# Epson F2000 Surecolor Pretreatment



## HawaiisFinest (Aug 29, 2014)

I noticed that the epson F2000 surecolor pretreatment you have to add water? Does this mean more evaporation? No more seeing the pretreatment left behind? Cause the videos I've watched on the F2000 i don't see any pretreatment in the shirts around the cured design. Not sure if its in the editing of the video? I want to pull the trigger on getting a DTG printer but from the prints that I've seen with the pretreatment box around it, it kinda makes me not want to get one. If i put my shirt in stores and i was a costumer looking at my design, why would i want a shirt with a faded box around it when i see all these other screen printed shirts with out a box? I was also wondering, for the shirts that do have the pretreatment around it, if you were to use a toby steamer on the box area would that help at all?


----------



## scuba_steve2699 (Nov 15, 2006)

HawaiisFinest said:


> I noticed that the epson F2000 surecolor pretreatment you have to add water? Does this mean more evaporation? No more seeing the pretreatment left behind? Cause the videos I've watched on the F2000 i don't see any pretreatment in the shirts around the cured design. Not sure if its in the editing of the video? I want to pull the trigger on getting a DTG printer but from the prints that I've seen with the pretreatment box around it, it kinda makes me not want to get one. If i put my shirt in stores and i was a costumer looking at my design, why would i want a shirt with a faded box around it when i see all these other screen printed shirts with out a box? I was also wondering, for the shirts that do have the pretreatment around it, if you were to use a toby steamer on the box area would that help at all?


The dilution is to make it easier and more economical to ship and package. Why ship it at full concentration when you can make it condensed and have the customer add water? You do not pay to ship water this way. 

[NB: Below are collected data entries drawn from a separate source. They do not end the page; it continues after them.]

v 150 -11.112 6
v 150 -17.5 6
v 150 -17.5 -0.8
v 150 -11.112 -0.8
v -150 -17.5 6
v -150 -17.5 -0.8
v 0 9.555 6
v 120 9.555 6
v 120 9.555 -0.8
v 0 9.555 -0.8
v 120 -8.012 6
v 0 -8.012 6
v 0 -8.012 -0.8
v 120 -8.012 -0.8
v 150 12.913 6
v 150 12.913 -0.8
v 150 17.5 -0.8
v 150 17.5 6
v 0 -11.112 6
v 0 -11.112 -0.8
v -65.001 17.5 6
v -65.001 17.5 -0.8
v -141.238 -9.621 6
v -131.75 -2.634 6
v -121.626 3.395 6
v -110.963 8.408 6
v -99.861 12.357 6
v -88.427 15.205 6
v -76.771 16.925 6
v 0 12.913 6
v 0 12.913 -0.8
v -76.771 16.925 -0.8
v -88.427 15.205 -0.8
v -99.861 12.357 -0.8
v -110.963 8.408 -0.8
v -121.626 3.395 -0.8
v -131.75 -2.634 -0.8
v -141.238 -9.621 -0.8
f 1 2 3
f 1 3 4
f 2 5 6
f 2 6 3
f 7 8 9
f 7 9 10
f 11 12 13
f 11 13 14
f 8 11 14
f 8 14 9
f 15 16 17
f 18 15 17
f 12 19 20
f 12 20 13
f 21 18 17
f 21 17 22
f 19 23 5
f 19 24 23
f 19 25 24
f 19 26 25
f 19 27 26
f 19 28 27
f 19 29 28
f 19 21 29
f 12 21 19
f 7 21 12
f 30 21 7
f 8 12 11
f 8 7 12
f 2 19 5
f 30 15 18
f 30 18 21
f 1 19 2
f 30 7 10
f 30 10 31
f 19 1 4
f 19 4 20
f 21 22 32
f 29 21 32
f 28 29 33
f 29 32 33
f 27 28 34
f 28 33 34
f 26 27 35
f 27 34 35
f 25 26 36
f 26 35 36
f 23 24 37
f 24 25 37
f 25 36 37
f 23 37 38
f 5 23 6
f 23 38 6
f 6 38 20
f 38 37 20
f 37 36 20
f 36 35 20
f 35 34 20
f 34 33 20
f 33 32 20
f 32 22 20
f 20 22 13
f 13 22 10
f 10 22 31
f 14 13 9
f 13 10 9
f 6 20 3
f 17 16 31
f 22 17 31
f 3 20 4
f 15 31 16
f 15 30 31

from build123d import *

# Parameters (mm, degrees)
F1_DEPTH    = 6
F2_DEPTH    = 0.8
F3_T1_DEPTH = 431.7925725323
F4_DEPTH    = 30


# Not quite as in the source:
# - a fillet or chamfer that OpenCascade refuses, or shapes differently, is made with other operations: its cross-section is extruded or revolved along the edge and cut away or added


with BuildPart() as f1:
    # F0 (on Top) → F1 (new body)
    with BuildSketch(Plane.XY):
        Polygon((150, 17.5), (-150, 17.5), (-150, -17.5), (150, -17.5), (150, -11.1123658717), (0, -11.1123658717), (0, -8.0123320222), (150, -8.0123320222), (150, 9.5545258373), (0, 9.5545258373), (0, 12.9128964618), (150, 12.9128964618), align=None)
    extrude(amount=F1_DEPTH)

    # F2 (add): faces of the model
    f2_faces = [f1.faces().sort_by_distance(p)[0] for p in [
        (-7.6230433236, -0.1272136786, 0),
        (-7.6230433236, -0.1272136786, 6),
    ]]
    extrude(f2_faces, amount=F2_DEPTH, dir=(0, 0, -1))

    # F3: fillet of radius 120.7106781187 on 1 edges, made by hand

    # F3_s2 → F3_t1 (cut)
    with BuildSketch(Plane.XY.offset(-213.2962862662)):
        with BuildLine():
            ThreePointArc((-65.0014854935, 17.5), (-110.9627394699, 8.4075593911), (-150, -17.5))
            Line((-150, -17.5), (-150, 17.5))
            Line((-150, 17.5), (-65.0014854935, 17.5))
        make_face()
    extrude(amount=F3_T1_DEPTH, mode=Mode.SUBTRACT)

    # F4 (cut): a face of the model
    f4_faces = [f1.faces().sort_by_distance(p)[0] for p in [
        (150, 0.7710969076, 2.6),
    ]]
    extrude(f4_faces, amount=-F4_DEPTH, mode=Mode.SUBTRACT)


solid = f1.part
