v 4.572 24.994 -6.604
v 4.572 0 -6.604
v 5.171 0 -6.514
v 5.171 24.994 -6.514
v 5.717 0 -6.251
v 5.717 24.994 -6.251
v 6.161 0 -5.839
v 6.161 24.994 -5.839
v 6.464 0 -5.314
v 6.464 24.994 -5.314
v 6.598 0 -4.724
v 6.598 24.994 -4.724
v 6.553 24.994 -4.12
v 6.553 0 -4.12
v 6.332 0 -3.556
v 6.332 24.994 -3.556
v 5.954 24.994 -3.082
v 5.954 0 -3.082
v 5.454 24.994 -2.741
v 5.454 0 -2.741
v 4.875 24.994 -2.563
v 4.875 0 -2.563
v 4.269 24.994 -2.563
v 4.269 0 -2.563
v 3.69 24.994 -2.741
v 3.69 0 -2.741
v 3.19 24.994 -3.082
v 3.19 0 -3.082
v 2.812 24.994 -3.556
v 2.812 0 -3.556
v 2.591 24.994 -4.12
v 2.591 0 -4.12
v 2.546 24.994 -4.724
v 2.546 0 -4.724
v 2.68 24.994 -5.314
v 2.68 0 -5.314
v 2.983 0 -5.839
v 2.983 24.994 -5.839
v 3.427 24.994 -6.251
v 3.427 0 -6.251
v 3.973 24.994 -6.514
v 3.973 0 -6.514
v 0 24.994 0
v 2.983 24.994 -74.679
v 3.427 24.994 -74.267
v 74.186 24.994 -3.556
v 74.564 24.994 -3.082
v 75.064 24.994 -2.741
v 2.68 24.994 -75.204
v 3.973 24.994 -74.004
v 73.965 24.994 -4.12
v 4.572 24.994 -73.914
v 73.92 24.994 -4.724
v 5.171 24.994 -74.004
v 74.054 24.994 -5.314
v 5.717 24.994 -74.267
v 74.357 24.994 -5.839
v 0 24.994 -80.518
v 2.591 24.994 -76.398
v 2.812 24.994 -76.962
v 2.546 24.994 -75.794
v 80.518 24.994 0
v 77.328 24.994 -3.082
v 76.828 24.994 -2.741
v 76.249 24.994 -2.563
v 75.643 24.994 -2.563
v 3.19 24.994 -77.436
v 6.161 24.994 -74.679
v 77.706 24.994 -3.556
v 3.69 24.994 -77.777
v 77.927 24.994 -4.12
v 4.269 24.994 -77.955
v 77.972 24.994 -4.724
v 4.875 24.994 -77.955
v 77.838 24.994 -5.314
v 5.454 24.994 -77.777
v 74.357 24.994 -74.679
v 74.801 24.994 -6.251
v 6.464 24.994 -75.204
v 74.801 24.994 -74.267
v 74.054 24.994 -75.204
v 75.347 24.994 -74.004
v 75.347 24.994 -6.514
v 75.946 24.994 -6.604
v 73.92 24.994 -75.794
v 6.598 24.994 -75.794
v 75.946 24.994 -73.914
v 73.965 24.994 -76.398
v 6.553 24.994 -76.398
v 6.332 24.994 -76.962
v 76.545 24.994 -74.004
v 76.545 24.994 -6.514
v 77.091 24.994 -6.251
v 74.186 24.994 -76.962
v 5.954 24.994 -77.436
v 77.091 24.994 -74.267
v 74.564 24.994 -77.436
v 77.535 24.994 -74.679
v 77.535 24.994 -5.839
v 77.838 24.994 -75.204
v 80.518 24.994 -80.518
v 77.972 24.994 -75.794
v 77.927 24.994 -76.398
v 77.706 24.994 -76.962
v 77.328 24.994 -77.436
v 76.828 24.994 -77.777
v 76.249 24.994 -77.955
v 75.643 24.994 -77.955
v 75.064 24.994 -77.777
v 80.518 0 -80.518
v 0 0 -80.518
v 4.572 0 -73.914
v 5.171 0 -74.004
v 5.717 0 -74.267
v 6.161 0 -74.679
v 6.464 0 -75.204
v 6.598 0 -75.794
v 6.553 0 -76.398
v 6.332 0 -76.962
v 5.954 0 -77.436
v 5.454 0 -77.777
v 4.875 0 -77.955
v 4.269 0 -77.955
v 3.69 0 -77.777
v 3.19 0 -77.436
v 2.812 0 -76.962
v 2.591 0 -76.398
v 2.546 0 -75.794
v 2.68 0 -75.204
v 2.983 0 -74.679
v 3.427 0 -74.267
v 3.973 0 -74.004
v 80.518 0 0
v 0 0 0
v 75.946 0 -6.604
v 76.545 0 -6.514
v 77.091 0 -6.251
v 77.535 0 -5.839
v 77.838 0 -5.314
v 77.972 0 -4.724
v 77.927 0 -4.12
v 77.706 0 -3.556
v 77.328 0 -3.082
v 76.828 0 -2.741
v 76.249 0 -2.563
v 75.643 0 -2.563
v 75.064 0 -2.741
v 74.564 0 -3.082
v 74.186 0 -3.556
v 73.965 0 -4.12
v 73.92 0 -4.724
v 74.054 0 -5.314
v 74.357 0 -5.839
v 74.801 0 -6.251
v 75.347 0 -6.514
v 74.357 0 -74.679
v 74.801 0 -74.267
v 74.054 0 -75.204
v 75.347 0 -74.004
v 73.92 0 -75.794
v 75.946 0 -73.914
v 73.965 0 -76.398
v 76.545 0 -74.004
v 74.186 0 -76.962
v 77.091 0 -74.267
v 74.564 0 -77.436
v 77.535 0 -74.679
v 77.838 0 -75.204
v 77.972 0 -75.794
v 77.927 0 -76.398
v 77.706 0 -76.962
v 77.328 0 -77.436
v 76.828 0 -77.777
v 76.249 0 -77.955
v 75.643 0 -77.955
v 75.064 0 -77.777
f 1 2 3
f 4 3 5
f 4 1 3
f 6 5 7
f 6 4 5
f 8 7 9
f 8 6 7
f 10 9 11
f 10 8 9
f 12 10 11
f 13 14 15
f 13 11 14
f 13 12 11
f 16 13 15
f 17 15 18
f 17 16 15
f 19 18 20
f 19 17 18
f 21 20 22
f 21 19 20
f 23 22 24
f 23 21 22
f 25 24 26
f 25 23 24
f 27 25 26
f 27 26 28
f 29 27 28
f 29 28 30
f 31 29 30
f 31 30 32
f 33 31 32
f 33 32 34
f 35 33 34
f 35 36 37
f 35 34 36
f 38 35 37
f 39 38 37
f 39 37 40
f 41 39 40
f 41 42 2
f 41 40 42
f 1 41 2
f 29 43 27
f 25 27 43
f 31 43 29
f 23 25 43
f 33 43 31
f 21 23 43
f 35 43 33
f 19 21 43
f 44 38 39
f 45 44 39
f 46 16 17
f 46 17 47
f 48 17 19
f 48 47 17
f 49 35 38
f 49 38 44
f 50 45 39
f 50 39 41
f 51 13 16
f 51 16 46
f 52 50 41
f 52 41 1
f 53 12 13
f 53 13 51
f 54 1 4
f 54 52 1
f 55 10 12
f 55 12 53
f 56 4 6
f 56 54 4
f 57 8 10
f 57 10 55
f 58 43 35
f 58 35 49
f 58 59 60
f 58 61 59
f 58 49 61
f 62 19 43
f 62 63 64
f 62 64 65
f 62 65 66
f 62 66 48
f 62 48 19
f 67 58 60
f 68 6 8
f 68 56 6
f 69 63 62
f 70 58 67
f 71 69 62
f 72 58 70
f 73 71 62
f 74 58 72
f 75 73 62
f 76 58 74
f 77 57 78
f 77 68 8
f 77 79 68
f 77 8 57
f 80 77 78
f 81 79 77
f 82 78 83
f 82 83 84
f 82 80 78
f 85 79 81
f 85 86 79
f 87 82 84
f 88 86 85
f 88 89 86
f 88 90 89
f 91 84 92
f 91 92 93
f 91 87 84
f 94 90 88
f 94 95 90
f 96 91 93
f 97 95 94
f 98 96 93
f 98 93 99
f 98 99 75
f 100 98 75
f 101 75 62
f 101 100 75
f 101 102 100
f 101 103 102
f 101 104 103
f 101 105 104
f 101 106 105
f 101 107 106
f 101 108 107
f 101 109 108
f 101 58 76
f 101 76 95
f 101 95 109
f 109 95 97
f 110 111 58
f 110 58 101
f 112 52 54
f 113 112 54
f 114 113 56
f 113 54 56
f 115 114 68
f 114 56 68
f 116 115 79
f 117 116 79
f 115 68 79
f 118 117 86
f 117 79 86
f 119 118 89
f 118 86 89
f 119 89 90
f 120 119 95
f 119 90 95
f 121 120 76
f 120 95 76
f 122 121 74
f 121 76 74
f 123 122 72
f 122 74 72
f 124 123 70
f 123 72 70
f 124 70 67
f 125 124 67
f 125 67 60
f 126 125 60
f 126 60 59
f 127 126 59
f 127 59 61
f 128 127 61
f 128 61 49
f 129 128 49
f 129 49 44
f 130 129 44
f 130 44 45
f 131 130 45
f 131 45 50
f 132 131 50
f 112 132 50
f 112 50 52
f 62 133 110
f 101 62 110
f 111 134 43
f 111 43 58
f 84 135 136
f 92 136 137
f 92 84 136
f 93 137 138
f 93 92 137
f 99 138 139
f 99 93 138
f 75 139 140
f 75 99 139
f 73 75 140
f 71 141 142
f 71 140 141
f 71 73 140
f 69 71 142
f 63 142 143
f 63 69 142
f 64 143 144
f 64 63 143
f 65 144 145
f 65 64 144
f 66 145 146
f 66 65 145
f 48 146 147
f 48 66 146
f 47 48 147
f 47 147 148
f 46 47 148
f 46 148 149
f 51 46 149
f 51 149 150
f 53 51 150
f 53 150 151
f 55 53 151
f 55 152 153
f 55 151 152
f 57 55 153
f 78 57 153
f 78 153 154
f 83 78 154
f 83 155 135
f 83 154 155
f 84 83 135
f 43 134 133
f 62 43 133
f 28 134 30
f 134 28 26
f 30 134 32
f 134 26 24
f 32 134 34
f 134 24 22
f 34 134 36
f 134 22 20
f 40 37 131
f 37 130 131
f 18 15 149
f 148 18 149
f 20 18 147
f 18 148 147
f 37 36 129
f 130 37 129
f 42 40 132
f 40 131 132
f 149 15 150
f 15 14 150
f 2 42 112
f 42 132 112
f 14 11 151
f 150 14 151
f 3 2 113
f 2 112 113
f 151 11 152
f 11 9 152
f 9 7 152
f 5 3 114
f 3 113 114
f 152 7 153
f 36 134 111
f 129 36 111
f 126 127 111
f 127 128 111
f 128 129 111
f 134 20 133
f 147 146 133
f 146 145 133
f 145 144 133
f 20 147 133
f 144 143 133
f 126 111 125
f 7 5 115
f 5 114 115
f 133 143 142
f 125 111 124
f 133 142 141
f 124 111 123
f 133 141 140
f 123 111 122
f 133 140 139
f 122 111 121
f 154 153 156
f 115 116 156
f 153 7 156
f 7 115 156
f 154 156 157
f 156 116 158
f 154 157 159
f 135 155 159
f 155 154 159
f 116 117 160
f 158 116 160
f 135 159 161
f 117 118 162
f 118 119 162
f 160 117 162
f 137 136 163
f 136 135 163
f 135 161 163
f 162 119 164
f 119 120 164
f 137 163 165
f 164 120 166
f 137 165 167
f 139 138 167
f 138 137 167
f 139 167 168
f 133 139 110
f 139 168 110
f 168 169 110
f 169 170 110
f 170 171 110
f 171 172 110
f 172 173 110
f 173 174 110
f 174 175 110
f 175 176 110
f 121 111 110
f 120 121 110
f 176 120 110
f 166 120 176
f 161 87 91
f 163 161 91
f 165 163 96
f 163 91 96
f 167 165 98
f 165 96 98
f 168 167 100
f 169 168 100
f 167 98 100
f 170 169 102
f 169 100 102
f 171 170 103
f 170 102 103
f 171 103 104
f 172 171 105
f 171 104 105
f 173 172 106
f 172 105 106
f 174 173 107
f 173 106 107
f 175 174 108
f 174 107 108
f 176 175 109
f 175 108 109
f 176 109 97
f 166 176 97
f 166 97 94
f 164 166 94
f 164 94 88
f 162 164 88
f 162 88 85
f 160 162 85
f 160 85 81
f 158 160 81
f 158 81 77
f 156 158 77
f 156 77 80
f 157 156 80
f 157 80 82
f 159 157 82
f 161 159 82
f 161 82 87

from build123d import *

# Parameters (mm, degrees)
SKETCH1_W           = 80.518
SKETCH1_H           = 80.518
BOSS_EXTRUDE1_DEPTH = 24.9936
SKETCH2_R           = 2.032
CUT_EXTRUDE1_DEPTH  = 117.580344351


with BuildPart() as part:
    # Sketch1 → Boss-Extrude1 (new body)
    with BuildSketch(Plane(origin=(0, 0, 0), x_dir=(1, 0, 0), z_dir=(0, 1, 0))):
        with Locations((40.259, 40.259)):
            Rectangle(SKETCH1_W, SKETCH1_H)
    extrude(amount=BOSS_EXTRUDE1_DEPTH)

    # Sketch2 → Cut-Extrude1 (cut, through all)
    with BuildSketch(Plane(origin=(0, 24.9936, 0), x_dir=(1, 0, 0), z_dir=(0, 1, 0))):
        with Locations(Location((4.572, 75.946, 0), (0, 0, 270))):
            Circle(SKETCH2_R)
        with Locations(Location((75.946, 75.946, 0), (0, 0, 270))):
            Circle(SKETCH2_R)
    cut_extrude1 = extrude(amount=-CUT_EXTRUDE1_DEPTH, mode=Mode.SUBTRACT)

    # Mirror1: Cut-Extrude1 across plane
    add(cut_extrude1.mirror(Plane(origin=(0, 0, -40.259), x_dir=(1, 0, 0), z_dir=(0, 0, -1))), mode=Mode.SUBTRACT)


solid = part.part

All pre treatments will leave some "box" on the garment. there are different ways to minimize this and all of them are based on how you apply and then cure the treatment. 

If you let the shirt dry using a conveyor dryer or hang dry, the box will be very little, Note that you still need to heat press the shirt prior to printing to flatten the area to get a good print. If you use a heat press to cure the treatment, then you can do it in alternating steps of 15 seconds each pressing and then with the press open until it is dry. This reduces the box as well. 

There are other ways I am sure but I hope this gets you an idea of what can be done.


----------



## equipmentzone (Mar 26, 2008)

HawaiisFinest said:


> I noticed that the epson F2000 surecolor pretreatment you have to add water? Does this mean more evaporation? No more seeing the pretreatment left behind? Cause the videos I've watched on the F2000 i don't see any pretreatment in the shirts around the cured design. Not sure if its in the editing of the video? I want to pull the trigger on getting a DTG printer but from the prints that I've seen with the pretreatment box around it, it kinda makes me not want to get one. If i put my shirt in stores and i was a costumer looking at my design, why would i want a shirt with a faded box around it when i see all these other screen printed shirts with out a box? I was also wondering, for the shirts that do have the pretreatment around it, if you were to use a toby steamer on the box area would that help at all?



The pretreatments have improved greatly over the years. The ones used for the Epson do not leave a very perceptible border. 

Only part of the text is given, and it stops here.